# Bip the Clown (1 Viewer)



## SilverMoon (Jul 29, 2011)

_
Nineteen-Forty _France danced and sang 
in its out-door’s Strasbourg cabaret 
where a young Jew boy spoke.

Spoke with a wind gust
before his people were bovine-porcine, 
herded by goose steppers to Herr Wolfsk’s kitchen.
His big black ovens birthing death.
Big belly’s of white smoke pushed into a sky, shut eyed.

“Ouch, ouch Auschwitz!”
jeered the fair haired Hitlerjugends,

Clean slates, neat, watching thin meat
eaten customarily by monumental infernos
while hearing Wagner’s “_Tan Hauser”_ 
within a spit, spit, spiting distance.

Marcel, the young boy, who spoke
before the wrong camp, knew the reek
of his tatinka, a kosher butcher, put on the slab
before the combustion. Before the putrid sin.

Oh, sweet silence.
Oh, sweet shield.

The boy will murder his voice
before it’s stolen by the last lethal lullaby.

Quiet - saving when leading little ones to Switzerland. 
Young father, teacher of mime.
No voice will save a child.

Little hands moving around round faces,
cupping pink ears, tongues stirring overtime,
eyelids stretched down before the herder child,

who’d become the man with the white face,
wearing a striped pull over and a be-flowered silk opera hat.
_
Bip the Clown_, outfitted to underline life's fragility.
Giant, generous gestures on stage, 
his only words,
making us laugh like pink eared children.

Master of L’art du Silence.
He went to a leading school.

_In Memory of Marcel Marceau_


----------



## Squalid Glass (Jul 30, 2011)

Had to look this one up. I'm wondering what brought this on...

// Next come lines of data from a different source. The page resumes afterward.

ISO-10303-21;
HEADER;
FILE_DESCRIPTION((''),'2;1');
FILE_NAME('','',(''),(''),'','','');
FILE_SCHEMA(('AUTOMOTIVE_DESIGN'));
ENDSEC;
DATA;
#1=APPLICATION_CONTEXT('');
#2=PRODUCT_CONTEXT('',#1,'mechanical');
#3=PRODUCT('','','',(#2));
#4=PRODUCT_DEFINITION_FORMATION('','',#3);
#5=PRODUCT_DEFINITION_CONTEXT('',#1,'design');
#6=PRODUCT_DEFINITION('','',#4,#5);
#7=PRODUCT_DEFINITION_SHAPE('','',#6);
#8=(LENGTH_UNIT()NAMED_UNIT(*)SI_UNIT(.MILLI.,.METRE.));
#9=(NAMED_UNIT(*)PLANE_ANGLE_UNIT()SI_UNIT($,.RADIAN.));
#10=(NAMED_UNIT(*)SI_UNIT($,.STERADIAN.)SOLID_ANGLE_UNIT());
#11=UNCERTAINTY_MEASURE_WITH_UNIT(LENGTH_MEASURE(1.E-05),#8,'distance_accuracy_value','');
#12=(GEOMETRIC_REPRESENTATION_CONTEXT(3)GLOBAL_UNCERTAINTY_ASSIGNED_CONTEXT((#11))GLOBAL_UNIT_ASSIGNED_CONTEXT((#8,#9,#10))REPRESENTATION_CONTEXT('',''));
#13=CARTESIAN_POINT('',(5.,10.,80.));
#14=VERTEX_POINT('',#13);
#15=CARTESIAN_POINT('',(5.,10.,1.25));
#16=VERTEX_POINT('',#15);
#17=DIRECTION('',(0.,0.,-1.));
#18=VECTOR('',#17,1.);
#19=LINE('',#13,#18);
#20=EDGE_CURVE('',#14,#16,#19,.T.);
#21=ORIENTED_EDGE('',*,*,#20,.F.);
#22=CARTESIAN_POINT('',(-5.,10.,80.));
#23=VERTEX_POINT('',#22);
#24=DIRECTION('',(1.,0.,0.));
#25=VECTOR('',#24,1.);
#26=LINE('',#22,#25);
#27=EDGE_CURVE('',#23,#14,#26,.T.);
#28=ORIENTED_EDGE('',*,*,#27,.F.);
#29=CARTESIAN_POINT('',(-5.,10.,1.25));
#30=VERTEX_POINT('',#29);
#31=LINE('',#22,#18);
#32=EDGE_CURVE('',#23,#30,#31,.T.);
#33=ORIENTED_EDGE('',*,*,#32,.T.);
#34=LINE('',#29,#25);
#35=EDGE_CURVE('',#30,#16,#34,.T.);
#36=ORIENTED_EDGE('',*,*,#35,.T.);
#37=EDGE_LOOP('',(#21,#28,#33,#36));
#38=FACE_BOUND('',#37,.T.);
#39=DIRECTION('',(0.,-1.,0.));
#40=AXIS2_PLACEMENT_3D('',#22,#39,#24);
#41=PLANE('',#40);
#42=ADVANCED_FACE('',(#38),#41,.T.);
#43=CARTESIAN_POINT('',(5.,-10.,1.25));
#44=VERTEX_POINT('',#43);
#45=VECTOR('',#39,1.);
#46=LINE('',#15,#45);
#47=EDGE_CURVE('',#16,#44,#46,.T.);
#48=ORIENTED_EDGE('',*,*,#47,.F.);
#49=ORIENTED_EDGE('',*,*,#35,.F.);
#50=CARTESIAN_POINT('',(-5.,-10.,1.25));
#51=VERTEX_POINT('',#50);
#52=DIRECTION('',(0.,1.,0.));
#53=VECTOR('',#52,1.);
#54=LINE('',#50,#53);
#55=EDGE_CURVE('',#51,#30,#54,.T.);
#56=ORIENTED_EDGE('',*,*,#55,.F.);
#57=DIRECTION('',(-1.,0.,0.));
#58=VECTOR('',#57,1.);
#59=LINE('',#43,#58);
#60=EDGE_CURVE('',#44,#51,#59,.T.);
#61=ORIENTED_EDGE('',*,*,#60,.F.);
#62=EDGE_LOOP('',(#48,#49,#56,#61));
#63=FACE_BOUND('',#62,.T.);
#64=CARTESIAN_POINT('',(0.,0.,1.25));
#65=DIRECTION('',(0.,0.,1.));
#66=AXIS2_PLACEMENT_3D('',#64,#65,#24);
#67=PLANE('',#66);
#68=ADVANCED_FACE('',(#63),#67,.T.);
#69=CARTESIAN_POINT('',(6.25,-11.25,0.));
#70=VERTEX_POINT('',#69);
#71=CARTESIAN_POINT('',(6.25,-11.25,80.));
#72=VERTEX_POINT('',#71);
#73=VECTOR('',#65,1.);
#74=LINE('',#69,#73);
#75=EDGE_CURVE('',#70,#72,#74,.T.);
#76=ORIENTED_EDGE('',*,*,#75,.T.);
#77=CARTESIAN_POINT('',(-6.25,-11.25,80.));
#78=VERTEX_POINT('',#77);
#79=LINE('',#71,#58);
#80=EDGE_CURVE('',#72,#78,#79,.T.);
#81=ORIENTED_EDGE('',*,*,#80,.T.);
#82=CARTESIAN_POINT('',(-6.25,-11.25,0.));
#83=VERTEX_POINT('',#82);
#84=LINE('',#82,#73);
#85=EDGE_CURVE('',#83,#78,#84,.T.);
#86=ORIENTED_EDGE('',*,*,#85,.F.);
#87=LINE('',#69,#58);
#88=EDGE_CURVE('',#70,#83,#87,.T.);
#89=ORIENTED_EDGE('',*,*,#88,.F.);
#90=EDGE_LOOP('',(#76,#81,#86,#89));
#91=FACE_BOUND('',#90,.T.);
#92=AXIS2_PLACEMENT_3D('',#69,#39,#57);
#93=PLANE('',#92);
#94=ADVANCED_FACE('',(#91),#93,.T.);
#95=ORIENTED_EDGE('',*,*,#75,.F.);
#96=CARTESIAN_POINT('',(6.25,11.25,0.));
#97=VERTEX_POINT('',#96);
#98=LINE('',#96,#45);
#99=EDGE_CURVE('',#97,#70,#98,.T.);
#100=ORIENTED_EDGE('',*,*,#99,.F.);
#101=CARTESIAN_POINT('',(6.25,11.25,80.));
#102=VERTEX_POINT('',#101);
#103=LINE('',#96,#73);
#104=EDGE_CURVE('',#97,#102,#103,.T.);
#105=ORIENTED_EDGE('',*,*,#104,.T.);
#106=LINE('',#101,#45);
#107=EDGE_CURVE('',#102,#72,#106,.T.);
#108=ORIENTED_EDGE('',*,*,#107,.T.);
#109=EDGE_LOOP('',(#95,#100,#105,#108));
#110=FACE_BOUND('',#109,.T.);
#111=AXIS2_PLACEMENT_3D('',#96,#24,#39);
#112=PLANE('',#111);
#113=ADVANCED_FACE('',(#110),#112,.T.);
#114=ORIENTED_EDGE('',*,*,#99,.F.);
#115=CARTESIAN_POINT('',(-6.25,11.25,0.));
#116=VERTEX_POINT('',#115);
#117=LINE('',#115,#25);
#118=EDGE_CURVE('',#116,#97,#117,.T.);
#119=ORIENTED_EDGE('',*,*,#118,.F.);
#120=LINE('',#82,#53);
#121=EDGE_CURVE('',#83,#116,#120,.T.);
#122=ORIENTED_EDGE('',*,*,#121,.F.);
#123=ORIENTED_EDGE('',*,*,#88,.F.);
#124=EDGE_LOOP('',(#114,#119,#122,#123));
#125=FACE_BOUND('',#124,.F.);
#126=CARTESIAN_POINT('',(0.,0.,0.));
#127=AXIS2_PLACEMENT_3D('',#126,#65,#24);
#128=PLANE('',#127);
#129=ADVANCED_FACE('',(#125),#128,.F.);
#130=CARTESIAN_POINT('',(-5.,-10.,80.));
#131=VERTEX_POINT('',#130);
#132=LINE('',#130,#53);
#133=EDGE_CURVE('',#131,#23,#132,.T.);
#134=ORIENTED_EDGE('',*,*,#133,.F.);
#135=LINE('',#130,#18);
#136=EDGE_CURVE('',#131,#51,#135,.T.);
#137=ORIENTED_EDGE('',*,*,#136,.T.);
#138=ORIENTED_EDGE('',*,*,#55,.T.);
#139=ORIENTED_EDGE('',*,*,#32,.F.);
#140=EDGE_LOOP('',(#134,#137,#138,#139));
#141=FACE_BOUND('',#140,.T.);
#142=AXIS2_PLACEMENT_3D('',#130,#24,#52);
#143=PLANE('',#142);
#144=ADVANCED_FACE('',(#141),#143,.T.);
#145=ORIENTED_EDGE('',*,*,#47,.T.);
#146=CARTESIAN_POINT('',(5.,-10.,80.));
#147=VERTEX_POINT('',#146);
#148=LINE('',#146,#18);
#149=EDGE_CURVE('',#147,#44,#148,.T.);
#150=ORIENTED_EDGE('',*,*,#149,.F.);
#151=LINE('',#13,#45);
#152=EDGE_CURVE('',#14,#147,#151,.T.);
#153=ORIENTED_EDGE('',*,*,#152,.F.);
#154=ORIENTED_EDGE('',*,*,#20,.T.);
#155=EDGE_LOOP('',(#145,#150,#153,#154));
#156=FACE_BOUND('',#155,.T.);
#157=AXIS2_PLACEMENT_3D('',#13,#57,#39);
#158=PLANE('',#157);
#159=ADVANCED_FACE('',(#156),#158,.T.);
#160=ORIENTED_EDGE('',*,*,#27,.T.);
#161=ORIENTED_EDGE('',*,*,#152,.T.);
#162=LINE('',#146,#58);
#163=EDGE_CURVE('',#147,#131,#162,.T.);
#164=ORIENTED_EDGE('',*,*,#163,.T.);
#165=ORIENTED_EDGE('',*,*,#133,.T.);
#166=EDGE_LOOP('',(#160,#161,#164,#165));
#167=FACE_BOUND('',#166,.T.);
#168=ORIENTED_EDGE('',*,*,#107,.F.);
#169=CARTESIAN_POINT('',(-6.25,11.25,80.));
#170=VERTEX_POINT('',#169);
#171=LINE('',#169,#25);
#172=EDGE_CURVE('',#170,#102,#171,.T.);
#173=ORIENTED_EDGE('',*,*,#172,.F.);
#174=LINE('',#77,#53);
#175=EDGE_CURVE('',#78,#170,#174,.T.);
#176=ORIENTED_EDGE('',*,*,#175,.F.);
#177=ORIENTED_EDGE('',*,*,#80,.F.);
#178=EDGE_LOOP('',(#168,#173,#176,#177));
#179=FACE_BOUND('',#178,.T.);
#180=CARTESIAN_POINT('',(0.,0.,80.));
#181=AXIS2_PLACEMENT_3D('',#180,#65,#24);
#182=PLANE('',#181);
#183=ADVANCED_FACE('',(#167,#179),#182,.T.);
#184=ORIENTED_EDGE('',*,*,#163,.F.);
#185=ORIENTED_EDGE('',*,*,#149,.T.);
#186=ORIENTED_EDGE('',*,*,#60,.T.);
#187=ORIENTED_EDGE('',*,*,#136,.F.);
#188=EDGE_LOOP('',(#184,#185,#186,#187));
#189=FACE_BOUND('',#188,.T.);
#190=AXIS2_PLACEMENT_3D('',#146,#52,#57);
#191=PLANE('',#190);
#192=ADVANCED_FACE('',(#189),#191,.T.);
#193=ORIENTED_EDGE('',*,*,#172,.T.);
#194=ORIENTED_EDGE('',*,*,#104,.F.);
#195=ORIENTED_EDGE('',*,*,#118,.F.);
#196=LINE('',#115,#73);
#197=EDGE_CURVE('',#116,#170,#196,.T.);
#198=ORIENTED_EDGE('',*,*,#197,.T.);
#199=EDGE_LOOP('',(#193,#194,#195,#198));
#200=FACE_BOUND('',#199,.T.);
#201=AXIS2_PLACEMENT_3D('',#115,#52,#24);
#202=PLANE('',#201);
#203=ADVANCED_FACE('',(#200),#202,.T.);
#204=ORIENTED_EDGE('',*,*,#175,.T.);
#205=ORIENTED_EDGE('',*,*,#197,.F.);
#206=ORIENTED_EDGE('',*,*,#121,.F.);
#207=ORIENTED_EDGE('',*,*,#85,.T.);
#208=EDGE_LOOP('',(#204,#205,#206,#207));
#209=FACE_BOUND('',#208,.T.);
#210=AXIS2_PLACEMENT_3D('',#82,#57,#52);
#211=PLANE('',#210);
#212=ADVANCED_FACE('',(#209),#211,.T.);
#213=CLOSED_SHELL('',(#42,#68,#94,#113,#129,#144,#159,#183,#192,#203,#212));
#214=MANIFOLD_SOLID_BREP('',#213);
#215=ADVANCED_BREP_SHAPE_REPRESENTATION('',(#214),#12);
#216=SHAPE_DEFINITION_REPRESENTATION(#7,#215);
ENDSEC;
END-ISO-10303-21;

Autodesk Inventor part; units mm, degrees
ref_plane "YZ Plane" through (0, 0, 0) normal (1, 0, 0) x (0, 1, 0)
ref_plane "XZ Plane" through (0, 0, 0) normal (0, 1, 0) x (-1, 0, 0)
ref_plane "XY Plane" through (0, 0, 0) normal (0, 0, 1) x (1, 0, 0)
sketch "Sketch1" plane through (0, 0, 0) normal (0, 0, 1) x (1, 0, 0)
  line L0 (0, 15.75) -> (0, -15.75) construction
  line L1 (-8.75, 0) -> (8.75, 0) construction
  line L2 (-6.25, 11.25) -> (6.25, 11.25)
  line L3 (6.25, 11.25) -> (6.25, -11.25)
  line L4 (6.25, -11.25) -> (-6.25, -11.25)
  line L5 (-6.25, -11.25) -> (-6.25, 11.25)
  point P0 (0, 0)
  dimension "d0" = 22.5
  dimension "d1" = 12.5
extrude "Extrusion1" add sketch "Sketch1" along normal blind 80
sketch "Sketch2" plane through (0, 0, 80) normal (0, 0, 1) x (1, 0, 0)
  line L0 (-6.25, 11.25) -> (6.25, 11.25) projected
  line L1 (-6.25, -11.25) -> (-6.25, 11.25) projected
  line L2 (-5, 10) -> (5, 10)
  line L3 (5, 10) -> (5, -10)
  line L4 (5, -10) -> (-5, -10)
  line L5 (-5, -10) -> (-5, 10)
  point P0 (0, 0)
  dimension "d4" = 10
  dimension "d5" = 20
  dimension "d6" = 1.25
  dimension "d7" = 1.25
extrude "Extrusion2" cut sketch "Sketch2" against normal blind 78.75
properties part number "UQ-205-H80-10x20x80mm" material "Glass"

  I dare say this is your best piece. The Auschwitz imagery is brave and rendered perfectly. It's chilling, yet soft - as if it were written in quiet reflection. I think that's appropriate. Your command of sound on the line is exceptional here, as is your occasional rhyme. And the end line is just... it! Heh - can't describe it. You don't wrap this in a bow - you simply present it as is - no frills, no fancy. Such art is only practiced by the most accomplished hands.

It's not often I am blown away. Well done.


----------



## Olly Buckle (Jul 30, 2011)

I very nearly agree with Squalid, there were a couple of minor niggles for me,


> in its outdoor’s Strasbourg cabaret


would be "in its out-door Strasbourg cabaret" 



> clean slates, neat, watching thin meat
> eaten greedily by monumental infernos
> while hearing Wagner’s “Tan Hauser”
> within a spit, spit, spiting distance.


Here I felt the reader should be able to supply the middle two lines, they are almost cliché. I would like to see,
"clean slates, neat, watching thin meat
Upon a spit, spit, spiting distance."

But that's me, and it's not my poem; and it's a tiny part of a whole I loved.


----------



## Nellie (Jul 30, 2011)

Laurie,

As Squalid Glass said, this is a chilling piece. What sparked this? You tell one of the most horrific tales of our time in a gentle, yet unwavering style. 

Cindy


----------



## SilverMoon (Jul 30, 2011)

Glass and Cindy, I’m glad you both asked what incited this piece. Strange things happen. I was driving and "Ouch, ouch  Auschwitz" hit me hard, almost as if I were hearing it. A poem "would" come from this.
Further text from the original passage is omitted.